Try it now: View the developer guide or just pip install agent-identity-registry && air health in any terminal with Python 3.10+.
April 7, 2026 Announcement
AIR Registry API Is Live
Today we're announcing the launch of the AIR Registry API — a working REST API for registering AI agents and querying trust scores. This is the first step from specification to implementation.
What's now available:
- Agent Registration — Register any AI agent and receive a unique AIR ID (format:
AIR-XXXX-XXXX-XXXX)
- Trust Scoring — Each agent receives an initial trust score based on our five-component model (Provenance, Behavioral, Transparency, Security, Peer Attestations)
- Agent Lookup — Query any registered agent's identity passport and trust score breakdown
- Registration Form — A web-based form at /register with a live trust score preview as you fill in details
The API runs on Cloudflare Workers with a D1 database, deployed at the edge globally.
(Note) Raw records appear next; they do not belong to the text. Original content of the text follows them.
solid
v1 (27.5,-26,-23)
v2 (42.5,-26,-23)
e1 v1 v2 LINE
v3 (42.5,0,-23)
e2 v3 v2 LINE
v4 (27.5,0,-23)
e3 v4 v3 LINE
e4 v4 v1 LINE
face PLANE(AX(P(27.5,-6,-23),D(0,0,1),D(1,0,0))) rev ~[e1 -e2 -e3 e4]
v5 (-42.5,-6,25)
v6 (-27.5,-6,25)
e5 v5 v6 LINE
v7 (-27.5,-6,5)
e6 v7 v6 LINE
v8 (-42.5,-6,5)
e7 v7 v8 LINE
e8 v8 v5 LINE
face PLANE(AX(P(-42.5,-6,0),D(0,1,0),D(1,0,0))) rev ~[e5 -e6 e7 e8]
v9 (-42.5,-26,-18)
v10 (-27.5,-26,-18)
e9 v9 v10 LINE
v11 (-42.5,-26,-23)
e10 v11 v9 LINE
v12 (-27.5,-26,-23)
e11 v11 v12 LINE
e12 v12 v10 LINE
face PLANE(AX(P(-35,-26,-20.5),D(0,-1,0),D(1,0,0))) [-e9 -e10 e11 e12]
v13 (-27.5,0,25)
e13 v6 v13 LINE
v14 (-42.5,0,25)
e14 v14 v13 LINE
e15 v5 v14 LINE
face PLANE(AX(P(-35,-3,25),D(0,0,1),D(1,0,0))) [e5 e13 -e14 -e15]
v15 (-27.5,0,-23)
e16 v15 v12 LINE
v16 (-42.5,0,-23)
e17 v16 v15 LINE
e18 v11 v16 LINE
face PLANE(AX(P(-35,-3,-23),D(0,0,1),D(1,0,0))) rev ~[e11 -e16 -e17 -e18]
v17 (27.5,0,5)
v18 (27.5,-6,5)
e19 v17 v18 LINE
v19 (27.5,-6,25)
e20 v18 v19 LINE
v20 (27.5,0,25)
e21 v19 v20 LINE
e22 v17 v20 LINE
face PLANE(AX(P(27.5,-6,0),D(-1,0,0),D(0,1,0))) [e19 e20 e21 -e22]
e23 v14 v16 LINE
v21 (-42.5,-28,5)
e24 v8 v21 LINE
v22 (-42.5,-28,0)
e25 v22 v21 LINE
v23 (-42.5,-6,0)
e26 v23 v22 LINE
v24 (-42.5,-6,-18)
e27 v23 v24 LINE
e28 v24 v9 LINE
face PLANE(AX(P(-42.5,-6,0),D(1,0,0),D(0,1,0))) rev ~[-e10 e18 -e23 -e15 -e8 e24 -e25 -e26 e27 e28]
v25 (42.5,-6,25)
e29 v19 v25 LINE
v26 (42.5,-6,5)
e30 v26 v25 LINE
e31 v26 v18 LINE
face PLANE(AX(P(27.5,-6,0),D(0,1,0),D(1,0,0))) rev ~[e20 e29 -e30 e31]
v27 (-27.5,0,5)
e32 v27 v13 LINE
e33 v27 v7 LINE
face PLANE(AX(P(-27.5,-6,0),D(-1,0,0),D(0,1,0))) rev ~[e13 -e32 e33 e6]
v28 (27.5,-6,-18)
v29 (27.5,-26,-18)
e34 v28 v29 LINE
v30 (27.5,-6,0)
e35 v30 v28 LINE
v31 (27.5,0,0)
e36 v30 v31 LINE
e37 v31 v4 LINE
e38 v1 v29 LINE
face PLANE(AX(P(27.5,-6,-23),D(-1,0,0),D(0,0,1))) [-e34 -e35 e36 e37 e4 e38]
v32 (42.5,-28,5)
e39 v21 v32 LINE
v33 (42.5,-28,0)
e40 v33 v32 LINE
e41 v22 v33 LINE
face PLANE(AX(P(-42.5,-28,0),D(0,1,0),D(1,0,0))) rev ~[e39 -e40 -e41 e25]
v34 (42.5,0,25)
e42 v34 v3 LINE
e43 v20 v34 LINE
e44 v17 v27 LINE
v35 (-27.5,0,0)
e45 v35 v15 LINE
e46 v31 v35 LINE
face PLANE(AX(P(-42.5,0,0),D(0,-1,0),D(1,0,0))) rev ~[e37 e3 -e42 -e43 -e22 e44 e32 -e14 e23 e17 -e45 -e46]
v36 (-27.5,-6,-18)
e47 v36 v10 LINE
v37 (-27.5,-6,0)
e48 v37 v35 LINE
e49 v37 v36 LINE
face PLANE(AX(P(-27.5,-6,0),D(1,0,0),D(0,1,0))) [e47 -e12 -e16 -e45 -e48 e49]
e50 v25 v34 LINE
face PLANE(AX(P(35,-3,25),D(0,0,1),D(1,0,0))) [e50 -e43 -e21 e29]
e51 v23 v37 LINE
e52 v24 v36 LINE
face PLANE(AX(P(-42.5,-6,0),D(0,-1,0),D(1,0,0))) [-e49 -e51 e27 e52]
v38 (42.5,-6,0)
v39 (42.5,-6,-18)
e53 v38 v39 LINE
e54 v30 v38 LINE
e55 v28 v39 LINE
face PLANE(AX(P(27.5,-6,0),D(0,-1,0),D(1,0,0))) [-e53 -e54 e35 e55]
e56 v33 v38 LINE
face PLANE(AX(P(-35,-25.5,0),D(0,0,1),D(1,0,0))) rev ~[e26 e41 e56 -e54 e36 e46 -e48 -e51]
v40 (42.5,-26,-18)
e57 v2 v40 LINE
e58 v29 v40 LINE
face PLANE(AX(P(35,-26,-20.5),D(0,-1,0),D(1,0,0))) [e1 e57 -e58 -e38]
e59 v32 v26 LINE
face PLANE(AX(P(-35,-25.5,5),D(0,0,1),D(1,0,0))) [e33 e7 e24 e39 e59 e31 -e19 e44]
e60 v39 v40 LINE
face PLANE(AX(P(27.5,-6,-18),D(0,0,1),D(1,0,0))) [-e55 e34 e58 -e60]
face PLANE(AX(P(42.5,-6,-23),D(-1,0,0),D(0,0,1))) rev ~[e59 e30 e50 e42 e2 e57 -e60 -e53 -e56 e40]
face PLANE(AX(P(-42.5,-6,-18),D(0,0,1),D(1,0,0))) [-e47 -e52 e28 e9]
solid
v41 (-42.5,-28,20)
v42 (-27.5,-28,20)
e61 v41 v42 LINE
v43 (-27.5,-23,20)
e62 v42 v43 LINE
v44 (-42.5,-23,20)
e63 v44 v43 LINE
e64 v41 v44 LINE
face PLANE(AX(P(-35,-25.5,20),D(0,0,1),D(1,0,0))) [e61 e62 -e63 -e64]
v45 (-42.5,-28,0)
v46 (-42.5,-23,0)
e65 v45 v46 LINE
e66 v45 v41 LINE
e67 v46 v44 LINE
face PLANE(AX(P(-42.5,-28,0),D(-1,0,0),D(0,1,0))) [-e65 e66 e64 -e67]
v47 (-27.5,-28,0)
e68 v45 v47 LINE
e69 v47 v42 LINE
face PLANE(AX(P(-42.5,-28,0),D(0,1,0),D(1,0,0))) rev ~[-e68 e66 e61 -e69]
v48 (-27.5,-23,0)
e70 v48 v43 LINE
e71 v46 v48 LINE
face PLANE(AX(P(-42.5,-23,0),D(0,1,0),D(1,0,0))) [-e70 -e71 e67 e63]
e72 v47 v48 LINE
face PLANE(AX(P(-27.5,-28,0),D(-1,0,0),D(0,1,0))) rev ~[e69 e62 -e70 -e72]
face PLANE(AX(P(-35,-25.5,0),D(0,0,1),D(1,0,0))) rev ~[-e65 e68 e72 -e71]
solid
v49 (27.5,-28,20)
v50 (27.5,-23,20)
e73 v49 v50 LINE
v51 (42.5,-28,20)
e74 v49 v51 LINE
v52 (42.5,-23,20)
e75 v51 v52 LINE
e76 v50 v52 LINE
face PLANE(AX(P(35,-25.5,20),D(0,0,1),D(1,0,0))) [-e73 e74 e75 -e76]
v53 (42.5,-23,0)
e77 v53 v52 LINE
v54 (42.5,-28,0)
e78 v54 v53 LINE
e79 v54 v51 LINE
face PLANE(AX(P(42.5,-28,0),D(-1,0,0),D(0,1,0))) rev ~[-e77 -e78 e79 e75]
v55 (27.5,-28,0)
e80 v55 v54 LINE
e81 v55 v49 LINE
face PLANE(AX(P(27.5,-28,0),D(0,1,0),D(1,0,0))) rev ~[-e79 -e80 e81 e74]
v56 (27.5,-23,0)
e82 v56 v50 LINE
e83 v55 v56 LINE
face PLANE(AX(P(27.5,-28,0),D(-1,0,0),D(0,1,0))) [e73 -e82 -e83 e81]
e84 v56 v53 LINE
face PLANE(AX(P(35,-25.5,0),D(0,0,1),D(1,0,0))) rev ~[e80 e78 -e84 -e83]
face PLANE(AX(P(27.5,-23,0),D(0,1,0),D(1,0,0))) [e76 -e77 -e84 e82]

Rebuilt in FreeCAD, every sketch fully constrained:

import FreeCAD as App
import Part
import Sketcher

V = App.Vector
Q = App.Units.Quantity


def add_polygon(sketch, points):
    """Adds a closed chain of lines whose ends are joined by coincident constraints."""
    first, n = sketch.GeometryCount, len(points)
    for a, b in zip(points, points[1:] + points[:1]):
        sketch.addGeometry(Part.LineSegment(App.Vector(*a, 0), App.Vector(*b, 0)), False)
    for i in range(n):
        sketch.addConstraint(Sketcher.Constraint("Coincident", first + i, 2, first + (i + 1) % n, 1))

doc = App.newDocument("Part")
body = doc.addObject("PartDesign::Body", "Body")

# Sketch on XY plane
sketch1 = body.newObject("Sketcher::SketchObject", "Sketch")
sketch1.AttachmentSupport = (doc.getObject("XY_Plane"), [""])
sketch1.MapMode = "FlatFace"
add_polygon(sketch1, [(-42, -28), (42, -28), (42, 0), (-42, 0)])  # lines 0-3
sketch1.addConstraint([
    Sketcher.Constraint("Horizontal", 0),
    Sketcher.Constraint("Vertical", 1),
    Sketcher.Constraint("Horizontal", 2),
    Sketcher.Constraint("Vertical", 3),
    Sketcher.Constraint("Symmetric", 1, 2, 2, 2, -1, 1),
    Sketcher.Constraint("DistanceX", 0, 1, 0, 2, Q("85 mm")),
    Sketcher.Constraint("DistanceY", 1, 1, 1, 2, Q("28 mm")),
])
pad1 = body.newObject("PartDesign::Pad", "Pad")
pad1.Profile = sketch1
pad1.Length = 5

# Sketch on XY plane
sketch2 = body.newObject("Sketcher::SketchObject", "Sketch001")
sketch2.AttachmentSupport = (doc.getObject("XY_Plane"), [""])
sketch2.MapMode = "FlatFace"
add_polygon(sketch2, [(-42, 0), (-42, -6), (-28, -6), (-28, 0)])  # lines 0-3
add_polygon(sketch2, [(28, 0), (28, -6), (42, -6), (42, 0)])  # lines 4-7
sketch2.addConstraint([
    Sketcher.Constraint("Vertical", 0),
    Sketcher.Constraint("Horizontal", 1),
    Sketcher.Constraint("Vertical", 2),
    Sketcher.Constraint("Horizontal", 3),
    Sketcher.Constraint("Vertical", 4),
    Sketcher.Constraint("Horizontal", 5),
    Sketcher.Constraint("Vertical", 6),
    Sketcher.Constraint("Horizontal", 7),
    Sketcher.Constraint("Symmetric", 3, 2, 6, 2, -1, 1),
    Sketcher.Constraint("Symmetric", 1, 2, 4, 2, -2),
    Sketcher.Constraint("PointOnObject", 2, 2, -1),
    Sketcher.Constraint("DistanceX", 1, 1, 1, 2, Q("15 mm")),
    Sketcher.Constraint("DistanceY", 0, 2, 0, 1, Q("6 mm")),
    Sketcher.Constraint("DistanceX", 1, 2, 4, 2, Q("55 mm")),
])
pad2 = body.newObject("PartDesign::Pad", "Pad001")
pad2.Profile = sketch2
pad2.Type = "TwoLengths"
pad2.Length = 23
pad2.Length2 = 25
pad2.Reversed = True

# Sketch on XZ plane
sketch3 = body.newObject("Sketcher::SketchObject", "Sketch002")
sketch3.AttachmentSupport = (doc.getObject("XZ_Plane"), [""])
sketch3.MapMode = "FlatFace"
sketch3.AttachmentOffset = App.Placement(V(0, 0, 6), App.Rotation())
add_polygon(sketch3, [(28, -18), (28, -23), (42, -23), (42, -18)])  # lines 0-3
add_polygon(sketch3, [(-42, -18), (-42, -23), (-28, -23), (-28, -18)])  # lines 4-7
sketch3.addConstraint([
    Sketcher.Constraint("Vertical", 0),
    Sketcher.Constraint("Horizontal", 1),
    Sketcher.Constraint("Vertical", 2),
    Sketcher.Constraint("Horizontal", 3),
    Sketcher.Constraint("Vertical", 4),
    Sketcher.Constraint("Horizontal", 5),
    Sketcher.Constraint("Vertical", 6),
    Sketcher.Constraint("Horizontal", 7),
    Sketcher.Constraint("Symmetric", 1, 2, 4, 2, -2),
    Sketcher.Constraint("Symmetric", 3, 2, 6, 2, -2),
    Sketcher.Constraint("DistanceX", 1, 1, 1, 2, Q("15 mm")),
    Sketcher.Constraint("DistanceY", 0, 2, 0, 1, Q("5 mm")),
    Sketcher.Constraint("DistanceY", 0, 2, -1, 1, Q("23 mm")),
    Sketcher.Constraint("DistanceX", 4, 2, 0, 2, Q("70 mm")),
])
pad3 = body.newObject("PartDesign::Pad", "Pad002")
pad3.Profile = sketch3
pad3.Length = 20
body2 = doc.addObject("PartDesign::Body", "Body001")

# Sketch on XY plane
sketch4 = body2.newObject("Sketcher::SketchObject", "Sketch003")
sketch4.AttachmentSupport = (doc.getObject("XY_Plane001"), [""])
sketch4.MapMode = "FlatFace"
add_polygon(sketch4, [(-42, -23), (-42, -28), (-28, -28), (-28, -23)])  # lines 0-3
sketch4.addConstraint([
    Sketcher.Constraint("Vertical", 0),
    Sketcher.Constraint("Horizontal", 1),
    Sketcher.Constraint("Vertical", 2),
    Sketcher.Constraint("Horizontal", 3),
    Sketcher.Constraint("DistanceX", 1, 1, 1, 2, Q("15 mm")),
    Sketcher.Constraint("DistanceY", 0, 2, 0, 1, Q("5 mm")),
    Sketcher.Constraint("DistanceY", 0, 2, -1, 1, Q("28 mm")),
    Sketcher.Constraint("DistanceX", 0, 2, -1, 1, Q("42.5 mm")),
])
pad4 = body2.newObject("PartDesign::Pad", "Pad003")
pad4.Profile = sketch4
pad4.Length = 20
body3 = doc.addObject("PartDesign::Body", "Body002")

# Sketch on XY plane
sketch5 = body3.newObject("Sketcher::SketchObject", "Sketch004")
sketch5.AttachmentSupport = (doc.getObject("XY_Plane002"), [""])
sketch5.MapMode = "FlatFace"
add_polygon(sketch5, [(28, -23), (28, -28), (42, -28), (42, -23)])  # lines 0-3
sketch5.addConstraint([
    Sketcher.Constraint("Vertical", 0),
    Sketcher.Constraint("Horizontal", 1),
    Sketcher.Constraint("Vertical", 2),
    Sketcher.Constraint("Horizontal", 3),
    Sketcher.Constraint("DistanceX", 1, 1, 1, 2, Q("15 mm")),
    Sketcher.Constraint("DistanceY", 0, 2, 0, 1, Q("5 mm")),
    Sketcher.Constraint("DistanceY", 0, 2, -1, 1, Q("28 mm")),
    Sketcher.Constraint("DistanceX", -1, 1, 0, 2, Q("27.5 mm")),
])
pad5 = body3.newObject("PartDesign::Pad", "Pad004")
pad5.Profile = sketch5
pad5.Length = 20

doc.recompute()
It's free to use and the source code is fully open on GitHub.
Try it: Register an agent or look up an existing one.
April 7, 2026 Standards
Engaging with W3C, IETF, and DIF
We've submitted introductions to three major standards organizations working on adjacent problems:
- W3C AI Agent Protocol Community Group — Exploring how AIR's trust layer complements their agent discovery and communication protocols
- IETF AIMS / WIMSE Working Group — Discussing how AIR trust scoring layers on top of AIMS agent authentication
- Decentralized Identity Foundation (DIF) — Contributing to the Trusted AI Agents Working Group as a DID/VC-native implementation
This follows our public comment to NIST CAISI submitted on April 3. Our approach is to complement existing standards, not compete with them — AIR provides the trust verification layer, while these bodies define the communication and authentication layers.
April 3, 2026 Standards
NIST CAISI Public Comment Submitted
We submitted a detailed public comment to the National Institute of Standards and Technology (NIST) in response to their Concept Paper on AI Agent Identity and Authorization, part of the Consortium for the Advancement of Intelligent Systems (CAISI) initiative.
Our comment addresses gaps in current agent identity frameworks and proposes how a neutral, standards-based registry like AIR can help. The full specification and supporting materials are available in our GitHub repository.
March 2026 Technical
AIR Identity Specification v0.1 Published
We've published the first draft of the AIR Identity Specification, covering:
- The AIR ID format — cryptographic identifiers using SHA-256 hashing and base32 encoding with CRC32 checksums
- Agent Identity Documents — JSON-LD structures linked to W3C Decentralized Identifiers
- Trust Score Methodology — a five-component, 0-1000 scoring model with letter grades (AAA through C)
- Verification protocols and credential formats based on W3C Verifiable Credentials
The specification is open for community review. Read it on GitHub and share feedback via Discussions.